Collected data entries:
________

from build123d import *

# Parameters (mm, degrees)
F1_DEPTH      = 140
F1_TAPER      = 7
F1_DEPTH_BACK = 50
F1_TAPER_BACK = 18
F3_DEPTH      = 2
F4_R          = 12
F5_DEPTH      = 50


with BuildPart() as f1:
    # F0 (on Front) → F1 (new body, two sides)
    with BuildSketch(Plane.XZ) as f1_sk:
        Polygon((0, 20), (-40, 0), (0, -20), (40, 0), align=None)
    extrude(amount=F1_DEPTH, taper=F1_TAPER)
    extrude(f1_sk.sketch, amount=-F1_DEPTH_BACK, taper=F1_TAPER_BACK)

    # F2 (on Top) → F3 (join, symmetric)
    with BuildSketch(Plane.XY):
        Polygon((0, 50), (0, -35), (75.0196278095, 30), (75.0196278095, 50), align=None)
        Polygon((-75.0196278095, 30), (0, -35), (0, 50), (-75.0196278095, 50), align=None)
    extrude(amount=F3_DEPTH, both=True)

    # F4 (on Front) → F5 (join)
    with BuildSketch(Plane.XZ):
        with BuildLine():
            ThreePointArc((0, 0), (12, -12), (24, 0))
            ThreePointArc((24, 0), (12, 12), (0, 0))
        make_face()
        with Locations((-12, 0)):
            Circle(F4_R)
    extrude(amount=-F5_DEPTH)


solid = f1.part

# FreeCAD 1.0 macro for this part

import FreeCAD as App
import Part
import Sketcher


def add_polygon(sketch, points):
    """Adds a closed chain of lines whose ends are joined by coincident constraints."""
    first, n = sketch.GeometryCount, len(points)
    for a, b in zip(points, points[1:] + points[:1]):
        sketch.addGeometry(Part.LineSegment(App.Vector(*a, 0), App.Vector(*b, 0)), False)
    for i in range(n):
        sketch.addConstraint(Sketcher.Constraint("Coincident", first + i, 2, first + (i + 1) % n, 1))

doc = App.newDocument("Part")
body = doc.addObject("PartDesign::Body", "Body")

# Sketch on XZ plane
sketch1 = body.newObject("Sketcher::SketchObject", "Sketch")
sketch1.AttachmentSupport = (doc.getObject("XZ_Plane"), [""])
sketch1.MapMode = "FlatFace"
add_polygon(sketch1, [(0, 20), (-40, 0), (0, -20), (40, 0)])  # lines 0-3
sketch1.addConstraint([
    Sketcher.Constraint("Symmetric", 0, 2, 2, 2, -1, 1),
    Sketcher.Constraint("Symmetric", 1, 2, 3, 2, -1, 1),
    Sketcher.Constraint("PointOnObject", 0, 2, -1),
    Sketcher.Constraint("PointOnObject", 1, 2, -2),
    Sketcher.Constraint("DistanceX", 0, 2, -1, 1, 40.0),
    Sketcher.Constraint("DistanceY", 1, 2, -1, 1, 20.0),
])
pad1 = body.newObject("PartDesign::Pad", "Pad")
pad1.Profile = sketch1
pad1.Length = 140
pad1.TaperAngle = -7
pad2 = body.newObject("PartDesign::Pad", "Pad001")
pad2.Profile = sketch1
pad2.Length = 50
pad2.Reversed = True
pad2.TaperAngle = -18

# Sketch on XY plane
sketch2 = body.newObject("Sketcher::SketchObject", "Sketch001")
sketch2.AttachmentSupport = (doc.getObject("XY_Plane"), [""])
sketch2.MapMode = "FlatFace"
add_polygon(sketch2, [(0, -35), (75.019628, 30), (75.019628, 50), (-75.019628, 50), (-75.019628, 30)])  # lines 0-4
sketch2.addConstraint([
    Sketcher.Constraint("Vertical", 1),
    Sketcher.Constraint("Horizontal", 2),
    Sketcher.Constraint("Vertical", 3),
    Sketcher.Constraint("Symmetric", 0, 2, 3, 2, -2),
    Sketcher.Constraint("PointOnObject", 4, 2, -2),
    Sketcher.Constraint("DistanceY", 1, 1, 1, 2, 20.0),
    Sketcher.Constraint("DistanceY", -1, 1, 0, 2, 30.0),
    Sketcher.Constraint("DistanceY", 4, 2, -1, 1, 35.0),
    Sketcher.Constraint("Distance", 0, 99.262),
])
pad3 = body.newObject("PartDesign::Pad", "Pad002")
pad3.Profile = sketch2
pad3.Length = 4
pad3.Midplane = True

# Sketch on XZ plane
sketch3 = body.newObject("Sketcher::SketchObject", "Sketch002")
sketch3.AttachmentSupport = (doc.getObject("XZ_Plane"), [""])
sketch3.MapMode = "FlatFace"
sketch3.addGeometry([
    Part.Circle(App.Vector(12, 0, 0), App.Vector(0, 0, 1), 12),
    Part.Circle(App.Vector(-12, 0, 0), App.Vector(0, 0, 1), 12),
], False)
sketch3.addConstraint([
    Sketcher.Constraint("Equal", 0, 1),
    Sketcher.Constraint("Symmetric", 0, 3, 1, 3, -1, 1),
    Sketcher.Constraint("PointOnObject", 0, 3, -1),
    Sketcher.Constraint("Diameter", 0, 24.0),
    Sketcher.Constraint("DistanceX", -1, 1, 0, 3, 12.0),
])
pad4 = body.newObject("PartDesign::Pad", "Pad003")
pad4.Profile = sketch3
pad4.Length = 50
pad4.Reversed = True

doc.recompute()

________

### [Action item]
In your response, give all the records again with nothing altered.

### [Result of the exercise]
from build123d import *

# Parameters (mm, degrees)
F1_DEPTH      = 140
F1_TAPER      = 7
F1_DEPTH_BACK = 50
F1_TAPER_BACK = 18
F3_DEPTH      = 2
F4_R          = 12
F5_DEPTH      = 50


with BuildPart() as f1:
    # F0 (on Front) → F1 (new body, two sides)
    with BuildSketch(Plane.XZ) as f1_sk:
        Polygon((0, 20), (-40, 0), (0, -20), (40, 0), align=None)
    extrude(amount=F1_DEPTH, taper=F1_TAPER)
    extrude(f1_sk.sketch, amount=-F1_DEPTH_BACK, taper=F1_TAPER_BACK)

    # F2 (on Top) → F3 (join, symmetric)
    with BuildSketch(Plane.XY):
        Polygon((0, 50), (0, -35), (75.0196278095, 30), (75.0196278095, 50), align=None)
        Polygon((-75.0196278095, 30), (0, -35), (0, 50), (-75.0196278095, 50), align=None)
    extrude(amount=F3_DEPTH, both=True)

    # F4 (on Front) → F5 (join)
    with BuildSketch(Plane.XZ):
        with BuildLine():
            ThreePointArc((0, 0), (12, -12), (24, 0))
            ThreePointArc((24, 0), (12, 12), (0, 0))
        make_face()
        with Locations((-12, 0)):
            Circle(F4_R)
    extrude(amount=-F5_DEPTH)


solid = f1.part

# FreeCAD 1.0 macro for this part

import FreeCAD as App
import Part
import Sketcher


def add_polygon(sketch, points):
    """Adds a closed chain of lines whose ends are joined by coincident constraints."""
    first, n = sketch.GeometryCount, len(points)
    for a, b in zip(points, points[1:] + points[:1]):
        sketch.addGeometry(Part.LineSegment(App.Vector(*a, 0), App.Vector(*b, 0)), False)
    for i in range(n):
        sketch.addConstraint(Sketcher.Constraint("Coincident", first + i, 2, first + (i + 1) % n, 1))

doc = App.newDocument("Part")
body = doc.addObject("PartDesign::Body", "Body")

# Sketch on XZ plane
sketch1 = body.newObject("Sketcher::SketchObject", "Sketch")
sketch1.AttachmentSupport = (doc.getObject("XZ_Plane"), [""])
sketch1.MapMode = "FlatFace"
add_polygon(sketch1, [(0, 20), (-40, 0), (0, -20), (40, 0)])  # lines 0-3
sketch1.addConstraint([
    Sketcher.Constraint("Symmetric", 0, 2, 2, 2, -1, 1),
    Sketcher.Constraint("Symmetric", 1, 2, 3, 2, -1, 1),
    Sketcher.Constraint("PointOnObject", 0, 2, -1),
    Sketcher.Constraint("PointOnObject", 1, 2, -2),
    Sketcher.Constraint("DistanceX", 0, 2, -1, 1, 40.0),
    Sketcher.Constraint("DistanceY", 1, 2, -1, 1, 20.0),
])
pad1 = body.newObject("PartDesign::Pad", "Pad")
pad1.Profile = sketch1
pad1.Length = 140
pad1.TaperAngle = -7
pad2 = body.newObject("PartDesign::Pad", "Pad001")
pad2.Profile = sketch1
pad2.Length = 50
pad2.Reversed = True
pad2.TaperAngle = -18

# Sketch on XY plane
sketch2 = body.newObject("Sketcher::SketchObject", "Sketch001")
sketch2.AttachmentSupport = (doc.getObject("XY_Plane"), [""])
sketch2.MapMode = "FlatFace"
add_polygon(sketch2, [(0, -35), (75.019628, 30), (75.019628, 50), (-75.019628, 50), (-75.019628, 30)])  # lines 0-4
sketch2.addConstraint([
    Sketcher.Constraint("Vertical", 1),
    Sketcher.Constraint("Horizontal", 2),
    Sketcher.Constraint("Vertical", 3),
    Sketcher.Constraint("Symmetric", 0, 2, 3, 2, -2),
    Sketcher.Constraint("PointOnObject", 4, 2, -2),
    Sketcher.Constraint("DistanceY", 1, 1, 1, 2, 20.0),
    Sketcher.Constraint("DistanceY", -1, 1, 0, 2, 30.0),
    Sketcher.Constraint("DistanceY", 4, 2, -1, 1, 35.0),
    Sketcher.Constraint("Distance", 0, 99.262),
])
pad3 = body.newObject("PartDesign::Pad", "Pad002")
pad3.Profile = sketch2
pad3.Length = 4
pad3.Midplane = True

# Sketch on XZ plane
sketch3 = body.newObject("Sketcher::SketchObject", "Sketch002")
sketch3.AttachmentSupport = (doc.getObject("XZ_Plane"), [""])
sketch3.MapMode = "FlatFace"
sketch3.addGeometry([
    Part.Circle(App.Vector(12, 0, 0), App.Vector(0, 0, 1), 12),
    Part.Circle(App.Vector(-12, 0, 0), App.Vector(0, 0, 1), 12),
], False)
sketch3.addConstraint([
    Sketcher.Constraint("Equal", 0, 1),
    Sketcher.Constraint("Symmetric", 0, 3, 1, 3, -1, 1),
    Sketcher.Constraint("PointOnObject", 0, 3, -1),
    Sketcher.Constraint("Diameter", 0, 24.0),
    Sketcher.Constraint("DistanceX", -1, 1, 0, 3, 12.0),
])
pad4 = body.newObject("PartDesign::Pad", "Pad003")
pad4.Profile = sketch3
pad4.Length = 50
pad4.Reversed = True

doc.recompute()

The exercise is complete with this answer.